### GIVEN RECORDS:

####

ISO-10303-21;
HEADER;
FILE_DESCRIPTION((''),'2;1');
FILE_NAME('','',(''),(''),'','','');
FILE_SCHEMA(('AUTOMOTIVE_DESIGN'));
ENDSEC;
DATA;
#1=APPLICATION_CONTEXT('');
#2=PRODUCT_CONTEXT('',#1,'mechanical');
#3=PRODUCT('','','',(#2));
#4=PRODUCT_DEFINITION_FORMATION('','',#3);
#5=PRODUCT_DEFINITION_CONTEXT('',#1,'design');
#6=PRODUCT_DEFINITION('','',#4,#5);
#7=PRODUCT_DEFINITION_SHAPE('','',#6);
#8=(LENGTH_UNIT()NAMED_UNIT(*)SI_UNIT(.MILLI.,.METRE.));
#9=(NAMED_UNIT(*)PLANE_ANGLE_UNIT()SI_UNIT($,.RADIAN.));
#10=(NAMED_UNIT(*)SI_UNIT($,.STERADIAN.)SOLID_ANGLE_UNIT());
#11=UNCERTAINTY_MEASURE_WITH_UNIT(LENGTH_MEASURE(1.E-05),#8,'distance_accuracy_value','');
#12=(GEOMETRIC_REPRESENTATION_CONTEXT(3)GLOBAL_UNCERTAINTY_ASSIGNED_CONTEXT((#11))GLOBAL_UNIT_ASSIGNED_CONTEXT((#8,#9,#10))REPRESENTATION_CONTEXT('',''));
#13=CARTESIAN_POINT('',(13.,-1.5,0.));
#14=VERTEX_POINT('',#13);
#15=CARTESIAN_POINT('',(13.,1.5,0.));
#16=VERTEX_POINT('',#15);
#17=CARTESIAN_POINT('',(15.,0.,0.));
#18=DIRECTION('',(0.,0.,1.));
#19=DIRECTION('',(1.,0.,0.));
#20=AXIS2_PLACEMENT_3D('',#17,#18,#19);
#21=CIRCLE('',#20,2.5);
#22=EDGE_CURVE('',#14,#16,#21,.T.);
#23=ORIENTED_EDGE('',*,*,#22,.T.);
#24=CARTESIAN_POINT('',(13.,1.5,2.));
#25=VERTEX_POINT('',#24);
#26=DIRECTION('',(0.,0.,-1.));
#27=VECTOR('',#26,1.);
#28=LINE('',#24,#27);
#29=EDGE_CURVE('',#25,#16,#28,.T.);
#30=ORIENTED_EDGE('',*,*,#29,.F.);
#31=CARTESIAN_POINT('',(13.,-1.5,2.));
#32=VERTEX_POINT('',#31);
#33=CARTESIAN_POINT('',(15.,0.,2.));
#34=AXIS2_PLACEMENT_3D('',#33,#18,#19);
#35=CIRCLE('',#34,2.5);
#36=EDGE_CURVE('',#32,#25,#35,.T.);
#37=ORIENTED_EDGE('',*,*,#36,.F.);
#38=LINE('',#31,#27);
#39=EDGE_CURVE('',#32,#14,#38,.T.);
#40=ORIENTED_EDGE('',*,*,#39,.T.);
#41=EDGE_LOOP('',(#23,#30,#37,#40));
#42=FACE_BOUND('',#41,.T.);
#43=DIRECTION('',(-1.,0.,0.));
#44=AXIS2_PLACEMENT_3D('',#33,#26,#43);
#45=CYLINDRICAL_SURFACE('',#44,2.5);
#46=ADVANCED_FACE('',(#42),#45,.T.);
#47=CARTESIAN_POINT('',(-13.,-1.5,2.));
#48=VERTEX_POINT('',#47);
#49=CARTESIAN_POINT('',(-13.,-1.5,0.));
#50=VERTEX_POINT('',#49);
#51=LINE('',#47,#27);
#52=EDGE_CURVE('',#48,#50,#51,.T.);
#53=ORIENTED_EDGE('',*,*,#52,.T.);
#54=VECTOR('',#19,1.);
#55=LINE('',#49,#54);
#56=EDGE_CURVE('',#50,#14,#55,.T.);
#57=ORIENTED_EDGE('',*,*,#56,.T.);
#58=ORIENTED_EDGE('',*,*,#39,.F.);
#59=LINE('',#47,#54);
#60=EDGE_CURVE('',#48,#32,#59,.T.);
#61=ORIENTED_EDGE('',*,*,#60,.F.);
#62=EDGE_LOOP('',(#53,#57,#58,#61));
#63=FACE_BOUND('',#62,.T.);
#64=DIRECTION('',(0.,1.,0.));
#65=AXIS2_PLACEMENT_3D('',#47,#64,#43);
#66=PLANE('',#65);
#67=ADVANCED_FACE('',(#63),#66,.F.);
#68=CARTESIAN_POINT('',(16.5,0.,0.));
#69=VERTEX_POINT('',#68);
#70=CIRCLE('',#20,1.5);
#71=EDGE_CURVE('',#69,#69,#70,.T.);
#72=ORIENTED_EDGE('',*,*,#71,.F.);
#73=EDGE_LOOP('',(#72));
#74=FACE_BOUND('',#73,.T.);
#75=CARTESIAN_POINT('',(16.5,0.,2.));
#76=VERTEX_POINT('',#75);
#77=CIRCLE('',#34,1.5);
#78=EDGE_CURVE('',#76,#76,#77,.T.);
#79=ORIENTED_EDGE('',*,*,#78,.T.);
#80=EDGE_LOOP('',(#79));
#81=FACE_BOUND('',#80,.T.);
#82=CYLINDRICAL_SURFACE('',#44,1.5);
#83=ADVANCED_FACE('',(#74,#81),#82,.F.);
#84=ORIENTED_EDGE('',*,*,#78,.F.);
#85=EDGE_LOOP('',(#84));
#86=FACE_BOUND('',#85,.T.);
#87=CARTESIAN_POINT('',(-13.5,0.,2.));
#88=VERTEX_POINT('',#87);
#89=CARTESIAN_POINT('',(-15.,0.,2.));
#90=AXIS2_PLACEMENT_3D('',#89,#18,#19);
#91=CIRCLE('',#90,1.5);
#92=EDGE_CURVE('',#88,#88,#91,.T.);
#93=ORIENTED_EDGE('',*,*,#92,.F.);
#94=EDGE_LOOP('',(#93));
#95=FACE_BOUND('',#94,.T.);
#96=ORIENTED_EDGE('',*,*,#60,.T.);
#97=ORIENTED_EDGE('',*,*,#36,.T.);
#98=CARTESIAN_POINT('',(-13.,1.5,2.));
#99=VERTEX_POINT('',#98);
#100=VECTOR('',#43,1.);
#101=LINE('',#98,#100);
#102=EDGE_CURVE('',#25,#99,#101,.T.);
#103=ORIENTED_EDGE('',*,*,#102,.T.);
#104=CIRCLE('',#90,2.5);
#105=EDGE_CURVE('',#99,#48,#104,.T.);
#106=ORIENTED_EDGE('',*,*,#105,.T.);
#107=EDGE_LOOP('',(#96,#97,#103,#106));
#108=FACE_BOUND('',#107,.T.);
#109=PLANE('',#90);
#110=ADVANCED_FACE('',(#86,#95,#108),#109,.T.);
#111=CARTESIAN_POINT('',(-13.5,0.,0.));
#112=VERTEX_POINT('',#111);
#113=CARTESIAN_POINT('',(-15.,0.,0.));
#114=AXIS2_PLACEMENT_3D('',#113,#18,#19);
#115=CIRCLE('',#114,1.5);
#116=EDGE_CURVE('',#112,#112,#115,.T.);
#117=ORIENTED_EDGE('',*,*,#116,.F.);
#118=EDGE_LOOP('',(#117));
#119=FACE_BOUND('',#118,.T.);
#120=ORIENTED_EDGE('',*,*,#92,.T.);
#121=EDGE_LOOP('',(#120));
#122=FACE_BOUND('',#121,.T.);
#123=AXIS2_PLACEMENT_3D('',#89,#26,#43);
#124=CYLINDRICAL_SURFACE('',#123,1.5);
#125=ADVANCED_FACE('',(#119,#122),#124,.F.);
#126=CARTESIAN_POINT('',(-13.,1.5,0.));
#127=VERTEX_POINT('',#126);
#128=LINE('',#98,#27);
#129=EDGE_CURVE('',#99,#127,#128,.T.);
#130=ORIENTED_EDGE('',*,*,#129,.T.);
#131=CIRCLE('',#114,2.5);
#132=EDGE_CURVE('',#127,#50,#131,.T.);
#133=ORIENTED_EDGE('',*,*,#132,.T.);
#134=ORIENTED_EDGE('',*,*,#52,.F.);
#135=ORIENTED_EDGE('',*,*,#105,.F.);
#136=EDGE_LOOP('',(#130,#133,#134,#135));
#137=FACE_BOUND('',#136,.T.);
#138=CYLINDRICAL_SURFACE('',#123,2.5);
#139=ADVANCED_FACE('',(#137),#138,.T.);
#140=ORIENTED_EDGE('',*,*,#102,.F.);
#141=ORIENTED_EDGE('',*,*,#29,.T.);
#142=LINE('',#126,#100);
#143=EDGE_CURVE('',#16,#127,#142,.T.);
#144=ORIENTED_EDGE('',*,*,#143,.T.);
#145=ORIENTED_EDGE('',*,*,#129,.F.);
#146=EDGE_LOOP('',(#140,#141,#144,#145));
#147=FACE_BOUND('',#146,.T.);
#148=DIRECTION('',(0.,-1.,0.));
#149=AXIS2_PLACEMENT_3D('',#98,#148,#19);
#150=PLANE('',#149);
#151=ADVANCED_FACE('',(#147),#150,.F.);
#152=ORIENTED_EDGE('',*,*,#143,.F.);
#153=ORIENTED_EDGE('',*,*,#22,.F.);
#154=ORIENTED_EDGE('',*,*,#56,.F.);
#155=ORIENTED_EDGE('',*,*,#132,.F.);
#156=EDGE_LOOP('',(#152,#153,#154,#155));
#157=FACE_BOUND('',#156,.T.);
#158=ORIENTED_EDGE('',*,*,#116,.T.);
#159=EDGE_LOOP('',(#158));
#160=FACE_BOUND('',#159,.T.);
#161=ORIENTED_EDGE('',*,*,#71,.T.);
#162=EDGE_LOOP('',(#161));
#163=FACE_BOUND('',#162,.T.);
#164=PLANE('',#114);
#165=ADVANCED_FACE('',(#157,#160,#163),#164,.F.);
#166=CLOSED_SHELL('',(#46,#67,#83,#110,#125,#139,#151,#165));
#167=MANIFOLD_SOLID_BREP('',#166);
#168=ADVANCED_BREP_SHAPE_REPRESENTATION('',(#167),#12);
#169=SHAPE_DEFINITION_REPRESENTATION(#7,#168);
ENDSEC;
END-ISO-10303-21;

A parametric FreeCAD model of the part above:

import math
import FreeCAD as App
import Part
import Sketcher

V = App.Vector
Q = App.Units.Quantity

doc = App.newDocument("Part")
params = doc.addObject("Spreadsheet::Sheet", "Params")
for row, (alias, value) in enumerate([
    ("sketch1_diameter", "3 mm"),
    ("sketch1_radius", "2.5 mm"),
    ("sketch1_width", "26 mm"),
    ("pad1_length", "2 mm"),
], start=1):
    params.set(f"A{row}", alias)
    params.set(f"B{row}", "=" + value)
    params.setAlias(f"B{row}", alias)

body = doc.addObject("PartDesign::Body", "Body")

# Sketch on XY plane
sketch1 = doc.addObject("Sketcher::SketchObject", "Sketch")
body.addObject(sketch1)
sketch1.AttachmentSupport = (doc.XY_Plane, [""])
sketch1.MapMode = "FlatFace"
sketch1.addGeometry(Part.LineSegment(V(-13, -1.5, 0), V(13, -1.5, 0)), False)
sketch1.addGeometry(Part.ArcOfCircle(Part.Circle(V(15, 0, 0), V(0, 0, 1), 2.5), math.radians(-143.130102), math.radians(143.130102)), False)
sketch1.addGeometry(Part.LineSegment(V(13, 1.5, 0), V(-13, 1.5, 0)), False)
sketch1.addGeometry(Part.ArcOfCircle(Part.Circle(V(-15, 0, 0), V(0, 0, 1), 2.5), math.radians(36.869898), math.radians(323.130102)), False)
sketch1.addGeometry(Part.Circle(V(-15, 0, 0), V(0, 0, 1), 1.5), False)
sketch1.addGeometry(Part.Circle(V(15, 0, 0), V(0, 0, 1), 1.5), False)
sketch1.addConstraint(Sketcher.Constraint("Coincident", 0, 2, 1, 1))
sketch1.addConstraint(Sketcher.Constraint("Coincident", 1, 2, 2, 1))
sketch1.addConstraint(Sketcher.Constraint("Coincident", 2, 2, 3, 1))
sketch1.addConstraint(Sketcher.Constraint("Coincident", 3, 2, 0, 1))
sketch1.addConstraint(Sketcher.Constraint("Horizontal", 0))
sketch1.addConstraint(Sketcher.Constraint("Horizontal", 2))
sketch1.addConstraint(Sketcher.Constraint("Coincident", 4, 3, 3, 3))
sketch1.addConstraint(Sketcher.Constraint("Coincident", 5, 3, 1, 3))
sketch1.addConstraint(Sketcher.Constraint("Equal", 1, 3))
sketch1.addConstraint(Sketcher.Constraint("Equal", 4, 5))
sketch1.addConstraint(Sketcher.Constraint("Symmetric", 1, 3, 3, 3, -1, 1))
sketch1.addConstraint(Sketcher.Constraint("Symmetric", 0, 2, 1, 2, -1))
sketch1.addConstraint(Sketcher.Constraint("Diameter", 4, Q("3 mm")))
sketch1.addConstraint(Sketcher.Constraint("Radius", 1, Q("2.5 mm")))
sketch1.addConstraint(Sketcher.Constraint("DistanceX", 0, 1, 0, 2, Q("26 mm")))
sketch1.addConstraint(Sketcher.Constraint("DistanceX", -1, 1, 1, 3, Q("15 mm")))
sketch1.setExpression("Constraints[12]", "Params.sketch1_diameter")
sketch1.setExpression("Constraints[13]", "Params.sketch1_radius")
sketch1.setExpression("Constraints[14]", "Params.sketch1_width")
pad1 = doc.addObject("PartDesign::Pad", "Pad")
body.addObject(pad1)
pad1.Profile = sketch1
pad1.setExpression("Length", "Params.pad1_length")

doc.recompute()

####

### REQUIREMENT:
Would you copy, unchanged, the stretch of the records above that begins at the line containing "#111=CARTESIAN_POINT('',(-13.5,0.,0.));" and ends at the line containing "#155=ORIENTED_EDGE('',*,*,#132,.F.);", and only that?

### OUTPUT OF THE TASK:
#111=CARTESIAN_POINT('',(-13.5,0.,0.));
#112=VERTEX_POINT('',#111);
#113=CARTESIAN_POINT('',(-15.,0.,0.));
#114=AXIS2_PLACEMENT_3D('',#113,#18,#19);
#115=CIRCLE('',#114,1.5);
#116=EDGE_CURVE('',#112,#112,#115,.T.);
#117=ORIENTED_EDGE('',*,*,#116,.F.);
#118=EDGE_LOOP('',(#117));
#119=FACE_BOUND('',#118,.T.);
#120=ORIENTED_EDGE('',*,*,#92,.T.);
#121=EDGE_LOOP('',(#120));
#122=FACE_BOUND('',#121,.T.);
#123=AXIS2_PLACEMENT_3D('',#89,#26,#43);
#124=CYLINDRICAL_SURFACE('',#123,1.5);
#125=ADVANCED_FACE('',(#119,#122),#124,.F.);
#126=CARTESIAN_POINT('',(-13.,1.5,0.));
#127=VERTEX_POINT('',#126);
#128=LINE('',#98,#27);
#129=EDGE_CURVE('',#99,#127,#128,.T.);
#130=ORIENTED_EDGE('',*,*,#129,.T.);
#131=CIRCLE('',#114,2.5);
#132=EDGE_CURVE('',#127,#50,#131,.T.);
#133=ORIENTED_EDGE('',*,*,#132,.T.);
#134=ORIENTED_EDGE('',*,*,#52,.F.);
#135=ORIENTED_EDGE('',*,*,#105,.F.);
#136=EDGE_LOOP('',(#130,#133,#134,#135));
#137=FACE_BOUND('',#136,.T.);
#138=CYLINDRICAL_SURFACE('',#123,2.5);
#139=ADVANCED_FACE('',(#137),#138,.T.);
#140=ORIENTED_EDGE('',*,*,#102,.F.);
#141=ORIENTED_EDGE('',*,*,#29,.T.);
#142=LINE('',#126,#100);
#143=EDGE_CURVE('',#16,#127,#142,.T.);
#144=ORIENTED_EDGE('',*,*,#143,.T.);
#145=ORIENTED_EDGE('',*,*,#129,.F.);
#146=EDGE_LOOP('',(#140,#141,#144,#145));
#147=FACE_BOUND('',#146,.T.);
#148=DIRECTION('',(0.,-1.,0.));
#149=AXIS2_PLACEMENT_3D('',#98,#148,#19);
#150=PLANE('',#149);
#151=ADVANCED_FACE('',(#147),#150,.F.);
#152=ORIENTED_EDGE('',*,*,#143,.F.);
#153=ORIENTED_EDGE('',*,*,#22,.F.);
#154=ORIENTED_EDGE('',*,*,#56,.F.);
#155=ORIENTED_EDGE('',*,*,#132,.F.);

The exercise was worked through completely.